– Я тогда обиделся на блаженную, – рассказывал Иван Борисович, – а получилось, к лучшему. Как выяснилось после, там была крупная революционная организация, мой товарищ сразу же принял активное участие в ее делах и вскоре был арестован и повешен. Если бы на это место попал я, то по своему характеру тоже стал бы работать там, и эта участь постигла бы меня. А блаженная Ксения меня спасла.
Еще он рассказывал, как присутствовал на публичном сеансе известного спирита и, сидя в зале, все время читал про себя «Отче наш». Выступление спирита оказалось неудачным, опыты срывались один за другим. Наконец он отказался продолжать, заявив: «Мне кто-то мешает». Выходя из зала, Иван Борисович встретил знакомого священника, который сказал, что тоже все время молился о неудаче выступления.
На Благовещение епископ Павел сказал проповедь, которая произвела большое впечатление своей задушевностью. Он говорил, что у Девы Марии по-человечески была очень тяжелая жизнь. Она еще совсем ребенком потеряла отца, а через несколько лет и мать. Обрученная праведному Иосифу, вошла в семью, где все, кроме старшего сына Иакова и младшей дочери Марии, были против нее. А как тяжело ей было после зачатия замечать подозрения Иосифа и не иметь возможности оправдаться! Нужно было откровение через ангела, чтобы он поверил происшедшему чуду.
– Мне до сих пор и в голову не приходило, что Божия Матерь росла сиротой, – против обыкновения немногословно, но с чувством сказал на другой день Иван Борисович.
Подошло Вербное воскресенье (24 марта 1930 года). В соборе из-за малого числа священников сложился такой порядок: по воскресеньям служились две литургии, ранняя и поздняя. Когда служил архиерей, отец Сергий, которому в эти дни обычно приходилось служить раннюю, за архиерейской службой, ради торжественности, принимал участие в выходах, а в самом служении не участвовал, не причащался. По большим же праздникам ранняя отменялась, и архиерейское служение происходило по всей форме, с двумя сослужащими священниками.

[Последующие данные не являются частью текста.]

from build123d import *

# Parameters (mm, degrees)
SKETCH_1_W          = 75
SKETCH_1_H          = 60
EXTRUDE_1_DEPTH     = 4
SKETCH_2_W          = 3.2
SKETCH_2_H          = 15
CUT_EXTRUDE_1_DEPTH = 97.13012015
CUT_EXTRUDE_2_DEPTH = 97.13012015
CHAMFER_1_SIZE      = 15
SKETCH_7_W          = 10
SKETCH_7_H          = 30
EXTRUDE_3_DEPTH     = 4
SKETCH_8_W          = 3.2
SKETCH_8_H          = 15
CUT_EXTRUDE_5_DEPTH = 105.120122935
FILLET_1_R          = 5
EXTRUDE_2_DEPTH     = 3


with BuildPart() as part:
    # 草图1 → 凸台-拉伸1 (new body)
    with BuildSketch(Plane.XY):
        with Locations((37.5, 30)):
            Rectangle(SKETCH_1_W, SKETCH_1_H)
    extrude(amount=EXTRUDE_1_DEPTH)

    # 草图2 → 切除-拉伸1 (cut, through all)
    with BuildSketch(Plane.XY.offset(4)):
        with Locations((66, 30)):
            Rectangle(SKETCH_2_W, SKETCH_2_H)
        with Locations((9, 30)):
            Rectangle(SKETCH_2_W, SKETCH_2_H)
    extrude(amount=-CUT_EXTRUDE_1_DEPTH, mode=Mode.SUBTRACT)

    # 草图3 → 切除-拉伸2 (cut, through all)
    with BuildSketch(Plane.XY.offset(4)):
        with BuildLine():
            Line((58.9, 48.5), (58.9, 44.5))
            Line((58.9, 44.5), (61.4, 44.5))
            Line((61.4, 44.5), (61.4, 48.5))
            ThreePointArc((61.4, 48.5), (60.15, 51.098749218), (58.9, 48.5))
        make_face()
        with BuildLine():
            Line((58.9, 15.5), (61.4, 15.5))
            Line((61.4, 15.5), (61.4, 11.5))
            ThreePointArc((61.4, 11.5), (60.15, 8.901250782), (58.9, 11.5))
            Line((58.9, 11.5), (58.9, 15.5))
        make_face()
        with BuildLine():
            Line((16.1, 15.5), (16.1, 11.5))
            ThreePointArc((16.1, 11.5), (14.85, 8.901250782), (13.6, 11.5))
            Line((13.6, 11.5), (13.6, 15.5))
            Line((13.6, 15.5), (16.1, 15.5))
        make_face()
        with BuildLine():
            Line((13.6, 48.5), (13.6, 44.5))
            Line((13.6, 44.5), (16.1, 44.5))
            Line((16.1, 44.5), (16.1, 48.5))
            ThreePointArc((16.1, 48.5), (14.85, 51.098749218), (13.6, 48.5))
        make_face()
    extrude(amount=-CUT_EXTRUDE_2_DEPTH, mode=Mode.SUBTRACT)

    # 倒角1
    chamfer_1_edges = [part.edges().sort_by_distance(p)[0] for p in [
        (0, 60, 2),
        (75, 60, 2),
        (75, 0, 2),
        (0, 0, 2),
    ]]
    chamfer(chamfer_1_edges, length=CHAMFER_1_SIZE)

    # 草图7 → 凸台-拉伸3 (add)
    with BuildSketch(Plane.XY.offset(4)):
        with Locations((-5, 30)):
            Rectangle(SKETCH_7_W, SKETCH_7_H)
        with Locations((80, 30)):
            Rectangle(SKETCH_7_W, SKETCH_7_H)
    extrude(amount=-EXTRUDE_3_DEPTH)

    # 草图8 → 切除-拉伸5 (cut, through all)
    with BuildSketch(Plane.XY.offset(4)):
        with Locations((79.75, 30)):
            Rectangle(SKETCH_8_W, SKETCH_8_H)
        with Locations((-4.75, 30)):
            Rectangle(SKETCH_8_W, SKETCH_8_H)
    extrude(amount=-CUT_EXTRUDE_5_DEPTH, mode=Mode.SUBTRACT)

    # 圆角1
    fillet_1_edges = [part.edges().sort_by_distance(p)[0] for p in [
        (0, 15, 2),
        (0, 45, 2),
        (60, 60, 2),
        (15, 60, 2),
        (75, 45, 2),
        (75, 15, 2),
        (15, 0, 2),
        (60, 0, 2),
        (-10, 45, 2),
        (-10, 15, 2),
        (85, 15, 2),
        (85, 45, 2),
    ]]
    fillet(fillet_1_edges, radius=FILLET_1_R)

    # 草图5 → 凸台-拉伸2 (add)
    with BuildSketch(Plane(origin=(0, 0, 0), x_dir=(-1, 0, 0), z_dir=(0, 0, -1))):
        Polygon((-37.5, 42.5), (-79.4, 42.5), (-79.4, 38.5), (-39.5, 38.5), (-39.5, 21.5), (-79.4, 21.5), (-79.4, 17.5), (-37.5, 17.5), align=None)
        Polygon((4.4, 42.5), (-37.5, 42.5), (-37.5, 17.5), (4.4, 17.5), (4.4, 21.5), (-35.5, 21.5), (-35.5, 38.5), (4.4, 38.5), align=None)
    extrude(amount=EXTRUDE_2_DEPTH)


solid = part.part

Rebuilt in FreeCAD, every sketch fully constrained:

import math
import FreeCAD as App
import Part
import Sketcher
Q = App.Units.Quantity


def edges_at(feature, points):
    """Names of the edges that pass closest to the given points."""
    edges = feature.Shape.Edges
    near = lambda p: min(range(len(edges)), key=lambda i: edges[i].distToShape(Part.Vertex(*p))[0])
    return sorted({f"Edge{near(p) + 1}" for p in points})


def add_polygon(sketch, points):
    """Adds a closed chain of lines whose ends are joined by coincident constraints."""
    first, n = sketch.GeometryCount, len(points)
    for a, b in zip(points, points[1:] + points[:1]):
        sketch.addGeometry(Part.LineSegment(App.Vector(*a, 0), App.Vector(*b, 0)), False)
    for i in range(n):
        sketch.addConstraint(Sketcher.Constraint("Coincident", first + i, 2, first + (i + 1) % n, 1))

doc = App.newDocument("Part")
body = doc.addObject("PartDesign::Body", "Body")

# Sketch on XY plane
sketch1 = body.newObject("Sketcher::SketchObject", "Sketch")
sketch1.AttachmentSupport = (doc.getObject("XY_Plane"), [""])
sketch1.MapMode = "FlatFace"
add_polygon(sketch1, [(0, 60), (0, 0), (75, 0), (75, 60)])  # lines 0-3
sketch1.addConstraint([
    Sketcher.Constraint("Vertical", 0),
    Sketcher.Constraint("Horizontal", 1),
    Sketcher.Constraint("Vertical", 2),
    Sketcher.Constraint("Horizontal", 3),
    Sketcher.Constraint("Coincident", 0, 2, -1, 1),
    Sketcher.Constraint("DistanceX", 1, 1, 1, 2, Q("75 mm")),
    Sketcher.Constraint("DistanceY", 0, 2, 0, 1, Q("60 mm")),
])
pad1 = body.newObject("PartDesign::Pad", "Pad")
pad1.Profile = sketch1
pad1.Length = 4

# Sketch on XY plane
sketch2 = body.newObject("Sketcher::SketchObject", "Sketch001")
sketch2.AttachmentSupport = (doc.getObject("XY_Plane"), [""])
sketch2.MapMode = "FlatFace"
sketch2.AttachmentOffset = App.Placement(App.Vector(0, 0, 4), App.Rotation())
add_polygon(sketch2, [(64.4, 37.5), (64.4, 22.5), (67.6, 22.5), (67.6, 37.5)])  # lines 0-3
add_polygon(sketch2, [(7.4, 37.5), (7.4, 22.5), (10.6, 22.5), (10.6, 37.5)])  # lines 4-7
sketch2.addConstraint([
    Sketcher.Constraint("Vertical", 0),
    Sketcher.Constraint("Horizontal", 1),
    Sketcher.Constraint("Vertical", 2),
    Sketcher.Constraint("Horizontal", 3),
    Sketcher.Constraint("Vertical", 4),
    Sketcher.Constraint("Horizontal", 5),
    Sketcher.Constraint("Vertical", 6),
    Sketcher.Constraint("Horizontal", 7),
    Sketcher.Constraint("Horizontal", 1, 2, 4, 2),
    Sketcher.Constraint("Horizontal", 3, 2, 6, 2),
    Sketcher.Constraint("Equal", 3, 5),
    Sketcher.Constraint("DistanceY", 0, 2, 0, 1, Q("15 mm")),
    Sketcher.Constraint("DistanceX", 1, 1, 1, 2, Q("3.2 mm")),
    Sketcher.Constraint("DistanceX", 4, 2, 0, 2, Q("57 mm")),
    Sketcher.Constraint("DistanceX", -1, 1, 0, 2, Q("64.4 mm")),
    Sketcher.Constraint("DistanceY", -1, 1, 0, 2, Q("22.5 mm")),
])
pocket1 = body.newObject("PartDesign::Pocket", "Pocket")
pocket1.Profile = sketch2
pocket1.Type = "ThroughAll"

Перед Вербным воскресеньем несколько командиров стоявшей в Пугачеве военной части подошли к владыке и попросили, чтобы в этот день была отслужена ранняя. Им хотелось причаститься, а на этот день у них неожиданно назначили занятия; к поздней они не могли попасть.
Почему-то получилось, что отец Александр не помогал за ранней, и отец Сергий, окончив проскомидию, сам вышел исповедовать. Времени не хватило, последний военный подошел к аналою перед самой «Херувимской».
– Я сейчас должен уйти, выйду после, – сказал ему отец Сергий. – Может быть, вы пока сойдете вниз?
– Ничего, я постою здесь, – ответил военный.
– Ждать придется долго, – опять предупредил отец Сергий.
– Все равно, меня это не смущает.
И простоял на амвоне, на виду у всего народа, до тех пор, пока отец Сергий не вышел, причастившись.
В этот день была очередь отца Сергия говорить о действительности Воскресения Христа и общем воскресении всех к вечной жизни. При этом были использованы доказательства, приготовленные еще в прошлом году к диспуту, который должен был состояться на Пасху, но главное, что действовало на людей, это взволнованность и глубокая убежденность, с которыми говорил отец Сергий. Михаил Васильевич вспоминал эту проповедь даже после смерти отца Сергия.
Кроме Ивана Борисовича в эту зиму постоянным гостем отца Сергия был отец Николай Авдаков, тот самый, о деревянном кресте которого упоминал Семенов. Этот молодой тридцатитрехлетний священник уже успел провести по три года в Великом Устюге и на Соловках и был прислан в Пугачев на третье трехлетие. Он приехал почти без ничего, и первое время его каждый день приглашали обедать то владыка, то отец Сергий, Моченев или Парадоксов, то еще кто-нибудь из духовенства. Вскоре его устроили псаломщиком в Старый собор, но в свободное время он по-прежнему тянулся к отцу Сергию, в семье которого его искренно полюбили. Несмотря на свою молодость, он много пережил, много испытал; его слушали с жадностью.
Его рассказы были совсем в другом роде, чем у Ивана Борисовича. Те открывали для молодежи новые горизонты, будили новые мысли, но все-таки его мир был чужой, не вызывавший даже стремления к нему приблизиться. То же, о чем говорил отец Николай, было свое, родное, пережитое если не самими, то кем-то из хорошо известных, близких людей, или такое, что им не сегодня-завтра придется испытать на себе, к чему нужно заранее приготовиться.